In pochi minuti di pedalata, il sistema fornisce un’analisi avanzata attraverso tre parametri chiave:

  • Quantità di pressione: una mappa a colori che visualizza le zone di maggiore e minore carico;
  • Percentuale di pressione: un grafico che indica la distribuzione tra la parte anteriore e i due lati posteriori;
  • Inclinazione del bacino: una rappresentazione grafica per scovare eventuali dismetrie tra il lato destro e sinistro.

Dalla mappatura alla stampa 3D

Al momento, il sistema è stato lanciato per elaborare esclusivamente le selle in stampa 3D. Questa tecnologia costruttiva si sposa alla perfezione con la mole di dati raccolti: la struttura reticolare può essere riempita in modo differenziato. Viene solidificata dove c’è più bisogno di sostegno e ammorbidita dove i punti di pressione sono meno sollecitati.

Terminata l’elaborazione del software, si procede alla produzione fisica della sella Unica. La stessa viene poi recapitata in tempi brevi all’utente finale. Una risposta ottimizzata, personale e inedita.

I vantaggi numerici: più watt, meno dolore

Ma la teoria trova riscontro pratico spingendo sui pedali? Uno studio condotto dall’Università del Wisconsin-River Falls e pubblicato sull’International Journal of Exercise Science ha dimostrato che un bike fitting oggettivo eseguito con idmatch porta vantaggi misurabili sia in termini di prestazioni che di comfort.
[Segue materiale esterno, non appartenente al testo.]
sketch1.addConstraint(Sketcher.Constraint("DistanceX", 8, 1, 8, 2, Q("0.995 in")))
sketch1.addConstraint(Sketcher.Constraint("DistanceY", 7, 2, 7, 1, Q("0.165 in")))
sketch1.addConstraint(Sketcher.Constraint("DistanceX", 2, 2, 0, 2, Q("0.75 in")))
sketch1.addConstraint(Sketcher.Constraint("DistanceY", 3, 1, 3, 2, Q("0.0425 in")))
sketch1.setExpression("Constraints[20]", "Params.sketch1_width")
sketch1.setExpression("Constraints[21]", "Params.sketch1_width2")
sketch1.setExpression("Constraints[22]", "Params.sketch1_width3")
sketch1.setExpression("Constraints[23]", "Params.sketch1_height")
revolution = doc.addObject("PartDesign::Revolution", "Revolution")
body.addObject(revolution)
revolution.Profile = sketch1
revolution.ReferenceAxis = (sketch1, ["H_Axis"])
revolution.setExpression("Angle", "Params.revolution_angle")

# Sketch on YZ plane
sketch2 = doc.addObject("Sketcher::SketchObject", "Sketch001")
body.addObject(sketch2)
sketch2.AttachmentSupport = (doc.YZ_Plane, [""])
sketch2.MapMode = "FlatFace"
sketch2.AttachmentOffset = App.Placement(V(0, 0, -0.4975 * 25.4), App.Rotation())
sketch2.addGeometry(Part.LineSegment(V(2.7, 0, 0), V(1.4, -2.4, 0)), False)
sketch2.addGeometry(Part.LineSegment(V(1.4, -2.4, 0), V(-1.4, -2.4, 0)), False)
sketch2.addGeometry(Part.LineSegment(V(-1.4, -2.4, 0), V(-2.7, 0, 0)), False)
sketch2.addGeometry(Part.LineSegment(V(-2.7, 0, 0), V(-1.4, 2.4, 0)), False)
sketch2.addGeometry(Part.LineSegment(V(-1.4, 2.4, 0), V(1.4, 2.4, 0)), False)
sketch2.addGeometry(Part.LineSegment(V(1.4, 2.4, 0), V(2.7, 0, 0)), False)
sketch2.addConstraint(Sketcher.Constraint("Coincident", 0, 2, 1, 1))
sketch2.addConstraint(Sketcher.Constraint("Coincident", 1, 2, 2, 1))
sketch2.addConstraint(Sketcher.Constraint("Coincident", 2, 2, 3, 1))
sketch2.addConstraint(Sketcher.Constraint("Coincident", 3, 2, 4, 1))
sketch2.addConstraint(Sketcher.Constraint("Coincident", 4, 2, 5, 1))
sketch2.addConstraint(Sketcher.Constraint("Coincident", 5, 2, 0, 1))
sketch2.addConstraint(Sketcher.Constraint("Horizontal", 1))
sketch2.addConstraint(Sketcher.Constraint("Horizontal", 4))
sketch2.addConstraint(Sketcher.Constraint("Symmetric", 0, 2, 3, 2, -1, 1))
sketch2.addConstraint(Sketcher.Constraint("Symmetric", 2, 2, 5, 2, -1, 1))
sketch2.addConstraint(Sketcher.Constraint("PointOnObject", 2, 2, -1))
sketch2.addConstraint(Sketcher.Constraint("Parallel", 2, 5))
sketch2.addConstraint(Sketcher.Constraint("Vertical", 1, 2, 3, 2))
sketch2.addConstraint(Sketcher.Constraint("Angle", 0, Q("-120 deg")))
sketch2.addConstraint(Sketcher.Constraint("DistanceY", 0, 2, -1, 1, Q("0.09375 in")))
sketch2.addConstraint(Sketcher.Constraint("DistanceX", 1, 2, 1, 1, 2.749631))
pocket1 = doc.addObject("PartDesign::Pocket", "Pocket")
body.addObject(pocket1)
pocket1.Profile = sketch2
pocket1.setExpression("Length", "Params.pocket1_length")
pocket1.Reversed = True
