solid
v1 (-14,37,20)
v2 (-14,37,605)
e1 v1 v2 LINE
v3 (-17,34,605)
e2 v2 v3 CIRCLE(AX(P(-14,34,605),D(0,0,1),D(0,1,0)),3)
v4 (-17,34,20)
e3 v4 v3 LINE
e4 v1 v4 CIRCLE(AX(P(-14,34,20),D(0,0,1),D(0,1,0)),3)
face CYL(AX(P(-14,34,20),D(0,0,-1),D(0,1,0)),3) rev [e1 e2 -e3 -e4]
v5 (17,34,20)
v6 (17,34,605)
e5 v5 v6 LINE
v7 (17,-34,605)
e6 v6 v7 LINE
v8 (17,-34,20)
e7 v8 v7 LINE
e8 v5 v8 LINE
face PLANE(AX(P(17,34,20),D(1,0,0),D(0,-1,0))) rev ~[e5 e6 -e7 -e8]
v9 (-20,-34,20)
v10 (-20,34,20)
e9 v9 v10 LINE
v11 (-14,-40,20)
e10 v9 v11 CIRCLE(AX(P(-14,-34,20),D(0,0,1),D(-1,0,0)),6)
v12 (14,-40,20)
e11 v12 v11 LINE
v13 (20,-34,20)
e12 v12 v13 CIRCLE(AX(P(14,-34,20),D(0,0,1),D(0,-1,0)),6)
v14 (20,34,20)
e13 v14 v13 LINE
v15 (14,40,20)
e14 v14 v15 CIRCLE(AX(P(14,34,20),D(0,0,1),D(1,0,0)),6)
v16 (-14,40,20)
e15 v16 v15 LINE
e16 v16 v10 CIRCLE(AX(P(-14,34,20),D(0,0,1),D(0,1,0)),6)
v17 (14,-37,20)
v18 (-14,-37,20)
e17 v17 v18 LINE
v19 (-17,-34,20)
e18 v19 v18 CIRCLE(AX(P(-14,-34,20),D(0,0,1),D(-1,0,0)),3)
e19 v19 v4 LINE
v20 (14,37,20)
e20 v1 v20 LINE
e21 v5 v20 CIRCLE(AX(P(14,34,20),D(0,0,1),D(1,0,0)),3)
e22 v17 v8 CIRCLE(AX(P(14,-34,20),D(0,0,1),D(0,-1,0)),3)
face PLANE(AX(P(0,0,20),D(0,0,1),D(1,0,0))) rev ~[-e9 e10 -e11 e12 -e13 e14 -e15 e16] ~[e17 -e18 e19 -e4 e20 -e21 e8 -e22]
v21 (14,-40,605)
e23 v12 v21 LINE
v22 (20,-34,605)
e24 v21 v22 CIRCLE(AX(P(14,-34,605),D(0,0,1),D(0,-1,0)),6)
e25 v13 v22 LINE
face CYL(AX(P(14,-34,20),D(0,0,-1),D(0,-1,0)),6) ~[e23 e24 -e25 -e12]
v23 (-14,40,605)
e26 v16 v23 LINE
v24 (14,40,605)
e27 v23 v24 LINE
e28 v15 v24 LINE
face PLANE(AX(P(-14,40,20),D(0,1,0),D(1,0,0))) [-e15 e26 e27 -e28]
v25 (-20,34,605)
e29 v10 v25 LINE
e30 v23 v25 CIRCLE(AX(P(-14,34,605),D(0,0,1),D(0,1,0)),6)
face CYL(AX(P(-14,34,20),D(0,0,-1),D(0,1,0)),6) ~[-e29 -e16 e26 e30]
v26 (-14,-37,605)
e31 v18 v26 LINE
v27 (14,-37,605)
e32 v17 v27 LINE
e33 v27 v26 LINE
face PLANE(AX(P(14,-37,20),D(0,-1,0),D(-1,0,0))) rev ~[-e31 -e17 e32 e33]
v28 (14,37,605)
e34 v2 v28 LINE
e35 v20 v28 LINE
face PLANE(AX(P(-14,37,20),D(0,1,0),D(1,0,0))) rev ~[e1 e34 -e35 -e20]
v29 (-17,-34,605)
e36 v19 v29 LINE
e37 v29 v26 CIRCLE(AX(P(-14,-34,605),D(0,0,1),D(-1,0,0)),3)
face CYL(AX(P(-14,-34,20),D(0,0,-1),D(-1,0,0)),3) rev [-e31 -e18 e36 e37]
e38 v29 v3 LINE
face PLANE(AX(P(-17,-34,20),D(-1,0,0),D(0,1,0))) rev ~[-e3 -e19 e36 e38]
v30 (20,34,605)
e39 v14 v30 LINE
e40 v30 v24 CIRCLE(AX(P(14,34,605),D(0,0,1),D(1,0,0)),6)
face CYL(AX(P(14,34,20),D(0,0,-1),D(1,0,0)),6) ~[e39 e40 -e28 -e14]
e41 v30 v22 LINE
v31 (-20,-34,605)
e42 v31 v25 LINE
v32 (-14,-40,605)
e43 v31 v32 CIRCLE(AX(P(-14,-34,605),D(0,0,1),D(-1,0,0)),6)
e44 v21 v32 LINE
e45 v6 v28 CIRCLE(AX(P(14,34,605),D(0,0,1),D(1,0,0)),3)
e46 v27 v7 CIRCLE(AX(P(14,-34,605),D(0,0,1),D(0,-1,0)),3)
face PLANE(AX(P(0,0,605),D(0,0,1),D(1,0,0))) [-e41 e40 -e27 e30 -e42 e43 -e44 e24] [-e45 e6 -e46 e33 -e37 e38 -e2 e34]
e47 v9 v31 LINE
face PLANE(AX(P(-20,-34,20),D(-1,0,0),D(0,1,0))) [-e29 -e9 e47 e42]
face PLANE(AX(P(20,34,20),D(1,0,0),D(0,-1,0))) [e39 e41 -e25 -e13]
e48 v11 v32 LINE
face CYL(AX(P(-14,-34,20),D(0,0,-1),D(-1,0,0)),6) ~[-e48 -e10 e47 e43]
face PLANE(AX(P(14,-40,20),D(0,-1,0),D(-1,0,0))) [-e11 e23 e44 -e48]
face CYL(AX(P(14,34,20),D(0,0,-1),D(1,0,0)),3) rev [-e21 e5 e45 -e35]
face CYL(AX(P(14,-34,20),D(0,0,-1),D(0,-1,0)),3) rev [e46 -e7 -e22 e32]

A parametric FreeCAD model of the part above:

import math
import FreeCAD as App
import Part
import Sketcher

V = App.Vector
Q = App.Units.Quantity

doc = App.newDocument("Part")
body = doc.addObject("PartDesign::Body", "Body")

sketch1 = body.newObject("Sketcher::SketchObject", "Sketch")
sketch1.AttachmentSupport = (doc.getObject("XY_Plane"), [""])
sketch1.MapMode = "FlatFace"
sketch1.AttachmentOffset = App.Placement(V(0, 0, 20), App.Rotation())
sketch1.addGeometry(Part.LineSegment(V(-20, 34, 0), V(-20, -34, 0)), False)
sketch1.addGeometry(Part.ArcOfCircle(Part.Circle(V(-14, -34, 0), V(0, 0, 1), 6), math.radians(180), math.radians(270)), False)
sketch1.addGeometry(Part.LineSegment(V(-14, -40, 0), V(14, -40, 0)), False)
sketch1.addGeometry(Part.ArcOfCircle(Part.Circle(V(14, -34, 0), V(0, 0, 1), 6), math.radians(-90), math.radians(0)), False)
sketch1.addGeometry(Part.LineSegment(V(20, -34, 0), V(20, 34, 0)), False)
sketch1.addGeometry(Part.ArcOfCircle(Part.Circle(V(14, 34, 0), V(0, 0, 1), 6), math.radians(0), math.radians(90)), False)
sketch1.addGeometry(Part.LineSegment(V(14, 40, 0), V(-14, 40, 0)), False)
sketch1.addGeometry(Part.ArcOfCircle(Part.Circle(V(-14, 34, 0), V(0, 0, 1), 6), math.radians(90), math.radians(180)), False)
sketch1.addGeometry(Part.ArcOfCircle(Part.Circle(V(-14, 34, 0), V(0, 0, 1), 3), math.radians(90), math.radians(180)), False)
sketch1.addGeometry(Part.LineSegment(V(-14, 37, 0), V(14, 37, 0)), False)
sketch1.addGeometry(Part.ArcOfCircle(Part.Circle(V(14, 34, 0), V(0, 0, 1), 3), math.radians(0), math.radians(90)), False)
sketch1.addGeometry(Part.LineSegment(V(17, 34, 0), V(17, -34, 0)), False)
sketch1.addGeometry(Part.ArcOfCircle(Part.Circle(V(14, -34, 0), V(0, 0, 1), 3), math.radians(-90), math.radians(0)), False)
sketch1.addGeometry(Part.LineSegment(V(14, -37, 0), V(-14, -37, 0)), False)
sketch1.addGeometry(Part.ArcOfCircle(Part.Circle(V(-14, -34, 0), V(0, 0, 1), 3), math.radians(180), math.radians(270)), False)
sketch1.addGeometry(Part.LineSegment(V(-17, -34, 0), V(-17, 34, 0)), False)
sketch1.addConstraint(Sketcher.Constraint("Tangent", 0, 2, 1, 1))
sketch1.addConstraint(Sketcher.Constraint("Tangent", 1, 2, 2, 1))
sketch1.addConstraint(Sketcher.Constraint("Tangent", 2, 2, 3, 1))
sketch1.addConstraint(Sketcher.Constraint("Tangent", 3, 2, 4, 1))
sketch1.addConstraint(Sketcher.Constraint("Tangent", 4, 2, 5, 1))
sketch1.addConstraint(Sketcher.Constraint("Tangent", 5, 2, 6, 1))
sketch1.addConstraint(Sketcher.Constraint("Tangent", 6, 2, 7, 1))
sketch1.addConstraint(Sketcher.Constraint("Tangent", 7, 2, 0, 1))
sketch1.addConstraint(Sketcher.Constraint("Tangent", 8, 1, 9, 1))
sketch1.addConstraint(Sketcher.Constraint("Tangent", 9, 2, 10, 2))
sketch1.addConstraint(Sketcher.Constraint("Tangent", 10, 1, 11, 1))
sketch1.addConstraint(Sketcher.Constraint("Tangent", 11, 2, 12, 2))
sketch1.addConstraint(Sketcher.Constraint("Tangent", 12, 1, 13, 1))
sketch1.addConstraint(Sketcher.Constraint("Tangent", 13, 2, 14, 2))
sketch1.addConstraint(Sketcher.Constraint("Tangent", 14, 1, 15, 1))
sketch1.addConstraint(Sketcher.Constraint("Tangent", 15, 2, 8, 2))
sketch1.addConstraint(Sketcher.Constraint("Vertical", 0))
sketch1.addConstraint(Sketcher.Constraint("Horizontal", 2))
sketch1.addConstraint(Sketcher.Constraint("Vertical", 4))
sketch1.addConstraint(Sketcher.Constraint("Horizontal", 6))
sketch1.addConstraint(Sketcher.Constraint("Horizontal", 9))
sketch1.addConstraint(Sketcher.Constraint("Vertical", 11))
sketch1.addConstraint(Sketcher.Constraint("Horizontal", 13))
sketch1.addConstraint(Sketcher.Constraint("Vertical", 15))
sketch1.addConstraint(Sketcher.Constraint("Coincident", 8, 3, 7, 3))
sketch1.addConstraint(Sketcher.Constraint("Coincident", 10, 3, 5, 3))
sketch1.addConstraint(Sketcher.Constraint("Coincident", 12, 3, 3, 3))
sketch1.addConstraint(Sketcher.Constraint("Equal", 1, 3))
sketch1.addConstraint(Sketcher.Constraint("Equal", 3, 5))
sketch1.addConstraint(Sketcher.Constraint("Equal", 5, 7))
sketch1.addConstraint(Sketcher.Constraint("Equal", 12, 14))
sketch1.addConstraint(Sketcher.Constraint("Symmetric", 1, 3, 5, 3, -1, 1))
sketch1.addConstraint(Sketcher.Constraint("Radius", 1, Q("6 mm")))
sketch1.addConstraint(Sketcher.Constraint("Radius", 8, Q("3 mm")))
sketch1.addConstraint(Sketcher.Constraint("DistanceX", 0, 2, -1, 1, Q("20 mm")))
sketch1.addConstraint(Sketcher.Constraint("DistanceY", 1, 2, -1, 1, Q("40 mm")))
pad1 = body.newObject("PartDesign::Pad", "Pad")
pad1.Profile = sketch1
pad1.Length = 585

doc.recompute()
Nei test effettuati su 12 ciclisti, la regolazione biomeccanica ha generato:

  • Un aumento della potenza di picco di 81,5 ± 96,6 watt in uno sprint di 6 secondi (PPT6);
  • Un incremento della potenza media sostenuta di 9,7 ± 14,9 watt nel test FTP da 20 minuti.

La ricerca ha inoltre sottolineato come la correzione di errori posturali comuni (ad esempio una distanza sella-manubrio troppo ridotta, spesso scambiata per “comoda”) migliori l’efficienza meccanica, riducendo al contempo la fatica percepita e i dolori articolari.